Work instructions: Repeat the entries that appear below, exactly and in full.

—————

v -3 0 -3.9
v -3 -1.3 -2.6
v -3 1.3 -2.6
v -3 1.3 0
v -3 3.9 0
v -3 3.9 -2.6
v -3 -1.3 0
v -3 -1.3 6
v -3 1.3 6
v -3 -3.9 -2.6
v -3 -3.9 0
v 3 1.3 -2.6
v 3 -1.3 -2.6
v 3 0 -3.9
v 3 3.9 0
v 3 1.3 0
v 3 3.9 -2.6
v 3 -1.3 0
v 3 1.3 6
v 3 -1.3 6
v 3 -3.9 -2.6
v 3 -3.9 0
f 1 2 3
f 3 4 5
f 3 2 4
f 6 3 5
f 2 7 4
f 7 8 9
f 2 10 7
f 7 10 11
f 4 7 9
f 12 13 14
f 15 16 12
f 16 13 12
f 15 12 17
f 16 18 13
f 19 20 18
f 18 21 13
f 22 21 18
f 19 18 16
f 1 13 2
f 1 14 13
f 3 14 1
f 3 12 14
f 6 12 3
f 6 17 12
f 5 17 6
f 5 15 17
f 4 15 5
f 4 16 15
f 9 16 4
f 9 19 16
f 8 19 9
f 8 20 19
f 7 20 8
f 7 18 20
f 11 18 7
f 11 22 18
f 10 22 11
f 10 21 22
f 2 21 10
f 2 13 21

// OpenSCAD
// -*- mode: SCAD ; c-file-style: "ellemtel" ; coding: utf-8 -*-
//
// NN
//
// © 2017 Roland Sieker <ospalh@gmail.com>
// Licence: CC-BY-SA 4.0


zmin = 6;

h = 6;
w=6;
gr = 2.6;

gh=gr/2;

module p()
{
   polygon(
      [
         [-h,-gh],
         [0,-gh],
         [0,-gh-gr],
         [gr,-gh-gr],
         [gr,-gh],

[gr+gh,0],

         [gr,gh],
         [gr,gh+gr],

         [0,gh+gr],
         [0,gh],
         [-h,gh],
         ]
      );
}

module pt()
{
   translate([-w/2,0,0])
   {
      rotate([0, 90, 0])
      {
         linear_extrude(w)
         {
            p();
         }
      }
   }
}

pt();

—————

Answer for this exercise:
v -3 0 -3.9
v -3 -1.3 -2.6
v -3 1.3 -2.6
v -3 1.3 0
v -3 3.9 0
v -3 3.9 -2.6
v -3 -1.3 0
v -3 -1.3 6
v -3 1.3 6
v -3 -3.9 -2.6
v -3 -3.9 0
v 3 1.3 -2.6
v 3 -1.3 -2.6
v 3 0 -3.9
v 3 3.9 0
v 3 1.3 0
v 3 3.9 -2.6
v 3 -1.3 0
v 3 1.3 6
v 3 -1.3 6
v 3 -3.9 -2.6
v 3 -3.9 0
f 1 2 3
f 3 4 5
f 3 2 4
f 6 3 5
f 2 7 4
f 7 8 9
f 2 10 7
f 7 10 11
f 4 7 9
f 12 13 14
f 15 16 12
f 16 13 12
f 15 12 17
f 16 18 13
f 19 20 18
f 18 21 13
f 22 21 18
f 19 18 16
f 1 13 2
f 1 14 13
f 3 14 1
f 3 12 14
f 6 12 3
f 6 17 12
f 5 17 6
f 5 15 17
f 4 15 5
f 4 16 15
f 9 16 4
f 9 19 16
f 8 19 9
f 8 20 19
f 7 20 8
f 7 18 20
f 11 18 7
f 11 22 18
f 10 22 11
f 10 21 22
f 2 21 10
f 2 13 21

// OpenSCAD
// -*- mode: SCAD ; c-file-style: "ellemtel" ; coding: utf-8 -*-
//
// NN
//
// © 2017 Roland Sieker <ospalh@gmail.com>
// Licence: CC-BY-SA 4.0


zmin = 6;

h = 6;
w=6;
gr = 2.6;

gh=gr/2;

module p()
{
   polygon(
      [
         [-h,-gh],
         [0,-gh],
         [0,-gh-gr],
         [gr,-gh-gr],
         [gr,-gh],

[gr+gh,0],

         [gr,gh],
         [gr,gh+gr],

         [0,gh+gr],
         [0,gh],
         [-h,gh],
         ]
      );
}

module pt()
{
   translate([-w/2,0,0])
   {
      rotate([0, 90, 0])
      {
         linear_extrude(w)
         {
            p();
         }
      }
   }
}

pt();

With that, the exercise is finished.